When we returned home I didn't have much time to think about my fears, with friends visiting, family to catch up with and summer in full swing. It wasn't until Outdoor Retailer Trade Show in SLC that I got to address my fears again. I hadn't taken a lead fall in, hmm, 3 1/2 years or so. I met up with some friends Jonathan Seigrist and Andy Mann and we decided we weren't going to let the intense heat keep us off the rock. But I didn't have a harness. Outdoor Retailer always comes through. I got a brand new Arcteryx R-280. Now I have to interject here. Have you seen these harnesses? Have you tried them? They are so barely there its like you aren't even wearing one. And the technology is serious. I do not worry about my harness. Part of my fear of heights is increased exponetially when I climb routes. It's not that I'm scared of the climbing, I'm scared that my gear is going to fail. I look at the rope as I clip it into the quickdraw and as it bends my fear says, "The rope is going to break!" Or as I'm staring at the anchors while I'm cleaning my fear says, "The anchors are going to blow." It's my unfamiliarity with my gear and the fact that I have to trust something other than myself and my spotters that motivates my fear. But that day out with Andy and Jonathan I asked them not to tell me grades and I lead everything I got on. My fear was in check. I took my first whippers in years and with these two as climbing partners I felt safe and motivated by something more... flirting.

Photo by Andy Mann

Fear can be secondary to fun.

This experience catapulted me into a new phase of my climbing: Rout'in!! I now have a feeling to replace my fear when I climb high balls or routes. I flirt with the rock and I have fun with it.
Fear builds on itself. Replace fear with a positive feeling. And say to yourself, "Have fun." That's what its about anyway right.

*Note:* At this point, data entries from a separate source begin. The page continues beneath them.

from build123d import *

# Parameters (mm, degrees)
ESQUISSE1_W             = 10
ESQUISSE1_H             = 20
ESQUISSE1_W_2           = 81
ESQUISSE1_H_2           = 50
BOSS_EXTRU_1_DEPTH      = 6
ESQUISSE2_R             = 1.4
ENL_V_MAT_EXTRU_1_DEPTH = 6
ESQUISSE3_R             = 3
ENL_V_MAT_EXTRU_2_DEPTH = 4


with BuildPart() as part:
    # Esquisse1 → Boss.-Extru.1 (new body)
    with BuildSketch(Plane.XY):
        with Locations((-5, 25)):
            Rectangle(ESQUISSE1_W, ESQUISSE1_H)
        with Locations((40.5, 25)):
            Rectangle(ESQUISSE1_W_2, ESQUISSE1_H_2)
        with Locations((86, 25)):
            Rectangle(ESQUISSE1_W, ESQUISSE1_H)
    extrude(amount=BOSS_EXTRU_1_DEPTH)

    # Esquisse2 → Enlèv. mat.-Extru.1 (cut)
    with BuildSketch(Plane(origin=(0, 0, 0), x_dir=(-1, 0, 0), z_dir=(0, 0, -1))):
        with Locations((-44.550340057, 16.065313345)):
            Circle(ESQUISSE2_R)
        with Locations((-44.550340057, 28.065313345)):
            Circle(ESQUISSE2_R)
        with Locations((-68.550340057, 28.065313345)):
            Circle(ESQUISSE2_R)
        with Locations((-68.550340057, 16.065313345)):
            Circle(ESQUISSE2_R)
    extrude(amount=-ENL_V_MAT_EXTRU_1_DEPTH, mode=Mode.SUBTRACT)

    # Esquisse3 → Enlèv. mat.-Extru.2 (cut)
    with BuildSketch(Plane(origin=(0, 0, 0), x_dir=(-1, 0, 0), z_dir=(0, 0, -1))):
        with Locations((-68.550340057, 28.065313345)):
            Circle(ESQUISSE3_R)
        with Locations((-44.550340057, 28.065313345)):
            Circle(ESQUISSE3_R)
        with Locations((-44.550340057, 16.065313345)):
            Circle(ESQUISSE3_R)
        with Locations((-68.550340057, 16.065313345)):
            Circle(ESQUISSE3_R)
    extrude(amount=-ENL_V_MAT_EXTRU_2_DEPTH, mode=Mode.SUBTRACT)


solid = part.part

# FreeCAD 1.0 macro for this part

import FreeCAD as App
import Part
import Sketcher

V = App.Vector


def add_polygon(sketch, points):
    """Adds a closed chain of lines whose ends are joined by coincident constraints."""
    first, n = sketch.GeometryCount, len(points)
    for a, b in zip(points, points[1:] + points[:1]):
        sketch.addGeometry(Part.LineSegment(App.Vector(*a, 0), App.Vector(*b, 0)), False)
    for i in range(n):
        sketch.addConstraint(Sketcher.Constraint("Coincident", first + i, 2, first + (i + 1) % n, 1))

doc = App.newDocument("Part")
body = doc.addObject("PartDesign::Body", "Body")

sketch1 = body.newObject("Sketcher::SketchObject", "Sketch")
sketch1.AttachmentSupport = (doc.getObject("XY_Plane"), [""])
sketch1.MapMode = "FlatFace"
add_polygon(sketch1, [(-10, 35), (-10, 15), (0, 15), (0, 0), (81, 0), (81, 15), (91, 15), (91, 35), (81, 35), (81, 50), (0, 50), (0, 35)])
sketch1.addConstraint([
    Sketcher.Constraint("Vertical", 0),
    Sketcher.Constraint("Horizontal", 1),
    Sketcher.Constraint("Vertical", 2),
    Sketcher.Constraint("Horizontal", 3),
    Sketcher.Constraint("Vertical", 4),
    Sketcher.Constraint("Horizontal", 5),
    Sketcher.Constraint("Vertical", 6),
    Sketcher.Constraint("Horizontal", 7),
    Sketcher.Constraint("Vertical", 8),
    Sketcher.Constraint("Horizontal", 9),
    Sketcher.Constraint("Vertical", 10),
    Sketcher.Constraint("Horizontal", 11),
    Sketcher.Constraint("Coincident", 2, 2, -1, 1),
    Sketcher.Constraint("PointOnObject", 9, 2, -2),
    Sketcher.Constraint("Horizontal", 1, 2, 4, 2),
    Sketcher.Constraint("Horizontal", 7, 2, 10, 2),
    Sketcher.Constraint("Vertical", 4, 2, 7, 2),
    Sketcher.Constraint("Equal", 1, 5),
    Sketcher.Constraint("Equal", 4, 8),
    Sketcher.Constraint("DistanceX", 1, 1, 1, 2, 10.0),
    Sketcher.Constraint("DistanceX", 3, 1, 3, 2, 81.0),
    Sketcher.Constraint("DistanceY", 0, 2, 0, 1, 20.0),
    Sketcher.Constraint("DistanceY", 2, 2, 2, 1, 15.0),
])
pad1 = body.newObject("PartDesign::Pad", "Pad")
pad1.Profile = sketch1
pad1.Length = 6

sketch2 = body.newObject("Sketcher::SketchObject", "Sketch001")
sketch2.AttachmentSupport = (doc.getObject("XY_Plane"), [""])
sketch2.MapMode = "FlatFace"
sketch2.addGeometry([
    Part.Circle(V(44.6, 16.1, 0), V(0, 0, 1), 1.4),
    Part.Circle(V(44.6, 28.1, 0), V(0, 0, 1), 1.4),
    Part.Circle(V(68.6, 28.1, 0), V(0, 0, 1), 1.4),
    Part.Circle(V(68.6, 16.1, 0), V(0, 0, 1), 1.4),
], False)
sketch2.addConstraint([
    Sketcher.Constraint("Equal", 0, 1),
    Sketcher.Constraint("Equal", 1, 2),
    Sketcher.Constraint("Equal", 2, 3),
    Sketcher.Constraint("Horizontal", 1, 3, 2, 3),
    Sketcher.Constraint("Horizontal", 0, 3, 3, 3),
    Sketcher.Constraint("Vertical", 0, 3, 1, 3),
    Sketcher.Constraint("Vertical", 2, 3, 3, 3),
    Sketcher.Constraint("Diameter", 0, 2.8),
    Sketcher.Constraint("DistanceY", 0, 3, 1, 3, 12.0),
    Sketcher.Constraint("DistanceX", 1, 3, 2, 3, 24.0),
    Sketcher.Constraint("DistanceX", -1, 1, 0, 3, 44.55034),
    Sketcher.Constraint("DistanceY", -1, 1, 0, 3, 16.065313),
])
pocket1 = body.newObject("PartDesign::Pocket", "Pocket")
pocket1.Profile = sketch2
pocket1.Length = 6
pocket1.Reversed = True

sketch3 = body.newObject("Sketcher::SketchObject", "Sketch002")
sketch3.AttachmentSupport = (doc.getObject("XY_Plane"), [""])
sketch3.MapMode = "FlatFace"
sketch3.addGeometry([
    Part.Circle(V(68.6, 28.1, 0), V(0, 0, 1), 3),
    Part.Circle(V(44.6, 28.1, 0), V(0, 0, 1), 3),
    Part.Circle(V(44.6, 16.1, 0), V(0, 0, 1), 3),
    Part.Circle(V(68.6, 16.1, 0), V(0, 0, 1), 3),
], False)
sketch3.addConstraint([
    Sketcher.Constraint("Equal", 0, 1),
    Sketcher.Constraint("Equal", 1, 2),
    Sketcher.Constraint("Equal", 2, 3),
    Sketcher.Constraint("Horizontal", 0, 3, 1, 3),
    Sketcher.Constraint("Horizontal", 2, 3, 3, 3),
    Sketcher.Constraint("Vertical", 1, 3, 2, 3),
    Sketcher.Constraint("Vertical", 0, 3, 3, 3),
    Sketcher.Constraint("Diameter", 0, 6.0),
    Sketcher.Constraint("DistanceX", 1, 3, 0, 3, 24.0),
    Sketcher.Constraint("DistanceY", 2, 3, 1, 3, 12.0),
    Sketcher.Constraint("DistanceX", -1, 1, 0, 3, 68.55034),
    Sketcher.Constraint("DistanceY", -1, 1, 0, 3, 28.065313),
])
pocket2 = body.newObject("PartDesign::Pocket", "Pocket001")
pocket2.Profile = sketch3
pocket2.Length = 4
pocket2.Reversed = True

doc.recompute()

  1. This is a good article. You capture the essence of fear and how to manage it. My fear is prettyy irrational. I boulder at about V7-V8 but ask me to put a rope on and tackle a route I go to pieces. grabbing at clips, resting at every oppertunity. It's crazy and it happens on routes that if they were boulder problems I could confortably campus !! I have written an article about rock climbing psychology and overcoming a fear of falling which you may find interesting.

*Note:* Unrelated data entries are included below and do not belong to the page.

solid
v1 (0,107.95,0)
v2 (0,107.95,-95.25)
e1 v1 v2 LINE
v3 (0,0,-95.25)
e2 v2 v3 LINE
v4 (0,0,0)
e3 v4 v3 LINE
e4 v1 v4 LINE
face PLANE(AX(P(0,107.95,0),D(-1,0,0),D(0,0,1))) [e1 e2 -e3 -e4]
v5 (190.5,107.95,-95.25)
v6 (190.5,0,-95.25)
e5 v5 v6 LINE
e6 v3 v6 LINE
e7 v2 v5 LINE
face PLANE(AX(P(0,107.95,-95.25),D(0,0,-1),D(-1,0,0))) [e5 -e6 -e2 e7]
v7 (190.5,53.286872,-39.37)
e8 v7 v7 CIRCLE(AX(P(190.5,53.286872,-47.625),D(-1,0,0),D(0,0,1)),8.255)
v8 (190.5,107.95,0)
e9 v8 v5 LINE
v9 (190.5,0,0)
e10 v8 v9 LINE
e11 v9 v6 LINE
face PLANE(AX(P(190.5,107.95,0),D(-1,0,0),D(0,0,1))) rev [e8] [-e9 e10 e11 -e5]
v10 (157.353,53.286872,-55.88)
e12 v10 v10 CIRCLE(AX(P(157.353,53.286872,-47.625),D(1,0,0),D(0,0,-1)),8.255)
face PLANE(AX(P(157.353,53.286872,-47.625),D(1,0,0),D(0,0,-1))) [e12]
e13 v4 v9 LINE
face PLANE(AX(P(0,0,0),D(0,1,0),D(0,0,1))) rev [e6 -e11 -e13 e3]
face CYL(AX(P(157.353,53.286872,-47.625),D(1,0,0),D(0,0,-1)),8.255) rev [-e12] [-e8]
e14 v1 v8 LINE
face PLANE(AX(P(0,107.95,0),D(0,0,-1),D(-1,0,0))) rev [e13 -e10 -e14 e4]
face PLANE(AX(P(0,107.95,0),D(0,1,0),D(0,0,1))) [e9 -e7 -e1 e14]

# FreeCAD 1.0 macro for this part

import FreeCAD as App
import Part
import Sketcher
from FreeCAD import Vector
Q = App.Units.Quantity

doc = App.newDocument("Part")
body = doc.addObject("PartDesign::Body", "Body")

# Sketch on XZ plane
sketch1 = body.newObject("Sketcher::SketchObject", "Sketch")
sketch1.AttachmentSupport = (doc.getObject("XZ_Plane"), [""])
sketch1.MapMode = "FlatFace"
sketch1.addGeometry(Part.LineSegment(Vector(0, -95, 0), Vector(0, 0, 0)), False)
sketch1.addGeometry(Part.LineSegment(Vector(0, 0, 0), Vector(190, 0, 0)), False)
sketch1.addGeometry(Part.LineSegment(Vector(190, 0, 0), Vector(190, -95, 0)), False)
sketch1.addGeometry(Part.LineSegment(Vector(190, -95, 0), Vector(0, -95, 0)), False)
sketch1.addConstraint(Sketcher.Constraint("Coincident", 0, 2, 1, 1))
sketch1.addConstraint(Sketcher.Constraint("Coincident", 1, 2, 2, 1))
sketch1.addConstraint(Sketcher.Constraint("Coincident", 2, 2, 3, 1))
sketch1.addConstraint(Sketcher.Constraint("Coincident", 3, 2, 0, 1))
sketch1.addConstraint(Sketcher.Constraint("Vertical", 0))
sketch1.addConstraint(Sketcher.Constraint("Horizontal", 1))
sketch1.addConstraint(Sketcher.Constraint("Vertical", 2))
sketch1.addConstraint(Sketcher.Constraint("Horizontal", 3))
sketch1.addConstraint(Sketcher.Constraint("Coincident", 0, 2, -1, 1))
sketch1.addConstraint(Sketcher.Constraint("DistanceX", 1, 1, 1, 2, Q("7.5 in")))
sketch1.addConstraint(Sketcher.Constraint("DistanceY", 0, 1, 0, 2, Q("3.75 in")))
pad1 = body.newObject("PartDesign::Pad", "Pad")
pad1.Profile = sketch1
pad1.Length = Q("4.25 in")
pad1.Reversed = True

# Sketch on YZ plane
sketch2 = body.newObject("Sketcher::SketchObject", "Sketch001")
sketch2.AttachmentSupport = (doc.getObject("YZ_Plane"), [""])
sketch2.MapMode = "FlatFace"
sketch2.AttachmentOffset = App.Placement(Vector(0, 0, 7.5 * 25.4), App.Rotation())
sketch2.addGeometry(Part.Circle(Vector(53, -48, 0), Vector(0, 0, 1), 8), False)
sketch2.addConstraint(Sketcher.Constraint("Diameter", 0, Q("0.65 in")))
sketch2.addConstraint(Sketcher.Constraint("DistanceY", 0, 3, -1, 1, Q("1.875 in")))
sketch2.addConstraint(Sketcher.Constraint("DistanceX", -1, 1, 0, 3, 53.286872))
pocket1 = body.newObject("PartDesign::Pocket", "Pocket")
pocket1.Profile = sketch2
pocket1.Length = Q("2.61 in")
pocket1.Midplane = True

doc.recompute()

  2. Nice to read. I am 25 and JUST starting to climb. The curious thing is that I am not afraid of airplane flying or heights as such . . . but I am scared to death of exposure. I think that's pretty much it. Being a passenger in a car that's driving around the bend of a cliff edge is more terrifying to me than being in an airplane at 30,000 ft. So I don't know. I'm hoping that by getting into climbing, I will overcome the fear, bit by bit, starting with indoor climbing but hopefully before too long getting out there for more outdoor climbs (my two instruction sessions have been outdoors), which are no comparison so much more fun and beautiful. But I want to have the confidence that I can DO the moves that I need to do first, and then I think I won't be as scared.

  3. Knowing you can do them is the first step. The only way you can know that is by doing them. It's a catch 22. Just remember, while you are up there, you haven't fallen on these moves. Or moves like them. If you have accept that you did fall and you are stronger for it now. Accept the fear and move on. Take a deep breath and trust yourself. This is my pep talk that I have with myself all the time. It's a never ending journey and that's why it's so much fun. That one time that you suck it up and actually conquer the moment.